SUPPLIED DATA START

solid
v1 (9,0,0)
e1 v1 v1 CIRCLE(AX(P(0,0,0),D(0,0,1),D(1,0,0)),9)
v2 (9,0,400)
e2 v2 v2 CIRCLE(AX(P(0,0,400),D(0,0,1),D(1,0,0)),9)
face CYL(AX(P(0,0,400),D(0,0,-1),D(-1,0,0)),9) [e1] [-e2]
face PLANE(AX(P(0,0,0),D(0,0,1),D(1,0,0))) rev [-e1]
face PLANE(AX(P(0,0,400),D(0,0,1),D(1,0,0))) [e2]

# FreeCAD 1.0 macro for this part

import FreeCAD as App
import Part
import Sketcher
Q = App.Units.Quantity

doc = App.newDocument("Part")
body = doc.addObject("PartDesign::Body", "Body")

# Sketch on XY plane
sketch1 = body.newObject("Sketcher::SketchObject", "Sketch")
sketch1.AttachmentSupport = (doc.getObject("XY_Plane"), [""])
sketch1.MapMode = "FlatFace"
sketch1.addGeometry(Part.Circle(App.Vector(0, 0, 0), App.Vector(0, 0, 1), 9), False)
sketch1.addConstraint([
    Sketcher.Constraint("Coincident", 0, 3, -1, 1),
    Sketcher.Constraint("Diameter", 0, Q("18 mm")),
])
pad1 = body.newObject("PartDesign::Pad", "Pad")
pad1.Profile = sketch1
pad1.Length = 400

doc.recompute()
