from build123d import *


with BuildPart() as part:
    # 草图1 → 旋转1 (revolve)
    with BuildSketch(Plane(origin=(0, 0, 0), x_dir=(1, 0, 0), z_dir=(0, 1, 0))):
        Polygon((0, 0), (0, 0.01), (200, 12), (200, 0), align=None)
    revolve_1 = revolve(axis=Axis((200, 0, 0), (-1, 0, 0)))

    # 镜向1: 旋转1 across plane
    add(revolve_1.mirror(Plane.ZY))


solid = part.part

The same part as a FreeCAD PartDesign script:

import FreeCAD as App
import Part
import Sketcher
Q = App.Units.Quantity

doc = App.newDocument("Part")
params = doc.addObject("Spreadsheet::Sheet", "Params")
for row, (alias, value) in enumerate([
    ("sketch1_width", "200 mm"),
    ("sketch1_height", "12 mm"),
    ("sketch1_height2", "0.01 mm"),
    ("revolution_angle", "360 deg"),
], start=1):
    params.set(f"A{row}", alias)
    params.set(f"B{row}", "=" + value)
    params.setAlias(f"B{row}", alias)

body = doc.addObject("PartDesign::Body", "Body")

sketch1 = body.newObject("Sketcher::SketchObject", "Sketch")
sketch1.AttachmentSupport = (doc.getObject("XZ_Plane"), [""])
sketch1.MapMode = "FlatFace"
sketch1.addGeometry([
    Part.LineSegment(App.Vector(0, -0.01, 0), App.Vector(0, 0, 0)),
    Part.LineSegment(App.Vector(0, 0, 0), App.Vector(200, 0, 0)),
    Part.LineSegment(App.Vector(200, 0, 0), App.Vector(200, -12, 0)),
    Part.LineSegment(App.Vector(200, -12, 0), App.Vector(0, -0.01, 0)),
], False)
sketch1.addConstraint([
    Sketcher.Constraint("Coincident", 0, 2, 1, 1),
    Sketcher.Constraint("Coincident", 1, 2, 2, 1),
    Sketcher.Constraint("Coincident", 2, 2, 3, 1),
    Sketcher.Constraint("Coincident", 3, 2, 0, 1),
    Sketcher.Constraint("Vertical", 0),
    Sketcher.Constraint("Horizontal", 1),
    Sketcher.Constraint("Vertical", 2),
    Sketcher.Constraint("Coincident", 0, 2, -1, 1),
    Sketcher.Constraint("DistanceX", 1, 1, 1, 2, Q("200 mm")),
    Sketcher.Constraint("DistanceY", 2, 2, 2, 1, Q("12 mm")),
    Sketcher.Constraint("DistanceY", 0, 1, 0, 2, Q("0.01 mm")),
])
sketch1.setExpression("Constraints[8]", "Params.sketch1_width")
sketch1.setExpression("Constraints[9]", "Params.sketch1_height")
sketch1.setExpression("Constraints[10]", "Params.sketch1_height2")
revolution = body.newObject("PartDesign::Revolution", "Revolution")
revolution.Profile = sketch1
revolution.ReferenceAxis = (sketch1, ["H_Axis"])
revolution.setExpression("Angle", "Params.revolution_angle")
doc.recompute()

mirrored = body.newObject("PartDesign::Mirrored", "Mirrored")
mirrored.Originals = [revolution]
mirrored.MirrorPlane = (doc.getObject("YZ_Plane"), [""])
body.Tip = mirrored

doc.recompute()
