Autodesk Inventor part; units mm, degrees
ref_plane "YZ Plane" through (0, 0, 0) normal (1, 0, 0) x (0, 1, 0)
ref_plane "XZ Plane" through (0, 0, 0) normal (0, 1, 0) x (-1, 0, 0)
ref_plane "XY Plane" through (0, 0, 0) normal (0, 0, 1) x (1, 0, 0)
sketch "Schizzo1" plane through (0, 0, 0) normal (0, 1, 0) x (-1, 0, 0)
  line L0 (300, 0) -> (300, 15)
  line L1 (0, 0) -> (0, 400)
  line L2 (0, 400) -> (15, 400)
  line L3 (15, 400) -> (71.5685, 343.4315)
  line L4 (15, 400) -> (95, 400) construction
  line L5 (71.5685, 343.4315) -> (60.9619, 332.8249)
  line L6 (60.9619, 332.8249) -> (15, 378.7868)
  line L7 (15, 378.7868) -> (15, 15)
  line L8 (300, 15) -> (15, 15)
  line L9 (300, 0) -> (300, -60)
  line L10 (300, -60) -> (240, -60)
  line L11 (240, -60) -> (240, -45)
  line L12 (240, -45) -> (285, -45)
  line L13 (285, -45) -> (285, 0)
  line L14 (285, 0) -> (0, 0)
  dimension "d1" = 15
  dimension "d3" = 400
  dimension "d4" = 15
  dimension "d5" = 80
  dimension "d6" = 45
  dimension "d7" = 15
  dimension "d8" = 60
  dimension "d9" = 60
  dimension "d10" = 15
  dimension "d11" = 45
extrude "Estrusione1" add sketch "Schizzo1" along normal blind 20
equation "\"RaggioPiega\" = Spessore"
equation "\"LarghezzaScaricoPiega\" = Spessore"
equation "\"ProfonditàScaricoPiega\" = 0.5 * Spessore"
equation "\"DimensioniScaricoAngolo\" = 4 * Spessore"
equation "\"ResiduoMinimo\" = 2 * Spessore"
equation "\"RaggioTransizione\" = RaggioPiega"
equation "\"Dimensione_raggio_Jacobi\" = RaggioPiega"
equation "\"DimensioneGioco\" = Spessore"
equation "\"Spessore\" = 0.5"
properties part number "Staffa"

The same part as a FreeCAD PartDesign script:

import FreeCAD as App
import Part
import Sketcher
Q = App.Units.Quantity

doc = App.newDocument("Part")
body = doc.addObject("PartDesign::Body", "Body")

sketch1 = body.newObject("Sketcher::SketchObject", "Sketch")
sketch1.AttachmentSupport = (doc.getObject("XZ_Plane"), [""])
sketch1.MapMode = "FlatFace"
sketch1.addGeometry(Part.LineSegment(App.Vector(-300, -60, 0), App.Vector(-300, 15, 0)), False)
sketch1.addGeometry(Part.LineSegment(App.Vector(-300, 15, 0), App.Vector(-15, 15, 0)), False)
sketch1.addGeometry(Part.LineSegment(App.Vector(-15, 15, 0), App.Vector(-15, 379, 0)), False)
sketch1.addGeometry(Part.LineSegment(App.Vector(-15, 379, 0), App.Vector(-61, 333, 0)), False)
sketch1.addGeometry(Part.LineSegment(App.Vector(-61, 333, 0), App.Vector(-72, 343, 0)), False)
sketch1.addGeometry(Part.LineSegment(App.Vector(-72, 343, 0), App.Vector(-15, 400, 0)), False)
sketch1.addGeometry(Part.LineSegment(App.Vector(-15, 400, 0), App.Vector(0, 400, 0)), False)
sketch1.addGeometry(Part.LineSegment(App.Vector(0, 400, 0), App.Vector(0, 0, 0)), False)
sketch1.addGeometry(Part.LineSegment(App.Vector(0, 0, 0), App.Vector(-285, 0, 0)), False)
sketch1.addGeometry(Part.LineSegment(App.Vector(-285, 0, 0), App.Vector(-285, -45, 0)), False)
sketch1.addGeometry(Part.LineSegment(App.Vector(-285, -45, 0), App.Vector(-240, -45, 0)), False)
sketch1.addGeometry(Part.LineSegment(App.Vector(-240, -45, 0), App.Vector(-240, -60, 0)), False)
sketch1.addGeometry(Part.LineSegment(App.Vector(-240, -60, 0), App.Vector(-300, -60, 0)), False)
sketch1.addConstraint(Sketcher.Constraint("Coincident", 0, 2, 1, 1))
sketch1.addConstraint(Sketcher.Constraint("Coincident", 1, 2, 2, 1))
sketch1.addConstraint(Sketcher.Constraint("Coincident", 2, 2, 3, 1))
sketch1.addConstraint(Sketcher.Constraint("Coincident", 3, 2, 4, 1))
sketch1.addConstraint(Sketcher.Constraint("Coincident", 4, 2, 5, 1))
sketch1.addConstraint(Sketcher.Constraint("Coincident", 5, 2, 6, 1))
sketch1.addConstraint(Sketcher.Constraint("Coincident", 6, 2, 7, 1))
sketch1.addConstraint(Sketcher.Constraint("Coincident", 7, 2, 8, 1))
sketch1.addConstraint(Sketcher.Constraint("Coincident", 8, 2, 9, 1))
sketch1.addConstraint(Sketcher.Constraint("Coincident", 9, 2, 10, 1))
sketch1.addConstraint(Sketcher.Constraint("Coincident", 10, 2, 11, 1))
sketch1.addConstraint(Sketcher.Constraint("Coincident", 11, 2, 12, 1))
sketch1.addConstraint(Sketcher.Constraint("Coincident", 12, 2, 0, 1))
sketch1.addConstraint(Sketcher.Constraint("Vertical", 0))
sketch1.addConstraint(Sketcher.Constraint("Horizontal", 1))
sketch1.addConstraint(Sketcher.Constraint("Vertical", 2))
sketch1.addConstraint(Sketcher.Constraint("Horizontal", 6))
sketch1.addConstraint(Sketcher.Constraint("Vertical", 7))
sketch1.addConstraint(Sketcher.Constraint("Horizontal", 8))
sketch1.addConstraint(Sketcher.Constraint("Vertical", 9))
sketch1.addConstraint(Sketcher.Constraint("Horizontal", 10))
sketch1.addConstraint(Sketcher.Constraint("Vertical", 11))
sketch1.addConstraint(Sketcher.Constraint("Horizontal", 12))
sketch1.addConstraint(Sketcher.Constraint("Coincident", 7, 2, -1, 1))
sketch1.addConstraint(Sketcher.Constraint("Perpendicular", 3, 4))
sketch1.addConstraint(Sketcher.Constraint("Perpendicular", 4, 5))
sketch1.addConstraint(Sketcher.Constraint("Vertical", 2, 2, 5, 2))
sketch1.addConstraint(Sketcher.Constraint("Equal", 1, 8))
sketch1.addConstraint(Sketcher.Constraint("Equal", 10, 9))
sketch1.addConstraint(Sketcher.Constraint("Equal", 6, 11))
sketch1.addConstraint(Sketcher.Constraint("DistanceX", 6, 1, 6, 2, 15.0))
sketch1.addConstraint(Sketcher.Constraint("DistanceX", 10, 1, 10, 2, 45.0))
sketch1.addConstraint(Sketcher.Constraint("DistanceY", 7, 2, 7, 1, 400.0))
sketch1.addConstraint(Sketcher.Constraint("Angle", 5, Q("45 deg")))
sketch1.addConstraint(Sketcher.Constraint("Distance", 4, 15.0))
sketch1.addConstraint(Sketcher.Constraint("Distance", 5, 80.0))
sketch1.addConstraint(Sketcher.Constraint("DistanceY", -1, 1, 0, 2, 15.0))
sketch1.addConstraint(Sketcher.Constraint("DistanceX", 1, 1, 1, 2, 285.0))
pad1 = body.newObject("PartDesign::Pad", "Pad")
pad1.Profile = sketch1
pad1.Length = 20
pad1.Reversed = True

doc.recompute()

SUPPLIED DATA END

EXERCISE DETAILS:
Reprint exactly the lines above that start at the one with "line L3 (15, 400) -> (71.5685, 343.4315)" and end at the one with "normal blind 20", keeping both and adding none.

RESULT OF THIS TASK:
  line L3 (15, 400) -> (71.5685, 343.4315)
  line L4 (15, 400) -> (95, 400) construction
  line L5 (71.5685, 343.4315) -> (60.9619, 332.8249)
  line L6 (60.9619, 332.8249) -> (15, 378.7868)
  line L7 (15, 378.7868) -> (15, 15)
  line L8 (300, 15) -> (15, 15)
  line L9 (300, 0) -> (300, -60)
  line L10 (300, -60) -> (240, -60)
  line L11 (240, -60) -> (240, -45)
  line L12 (240, -45) -> (285, -45)
  line L13 (285, -45) -> (285, 0)
  line L14 (285, 0) -> (0, 0)
  dimension "d1" = 15
  dimension "d3" = 400
  dimension "d4" = 15
  dimension "d5" = 80
  dimension "d6" = 45
  dimension "d7" = 15
  dimension "d8" = 60
  dimension "d9" = 60
  dimension "d10" = 15
  dimension "d11" = 45
extrude "Estrusione1" add sketch "Schizzo1" along normal blind 20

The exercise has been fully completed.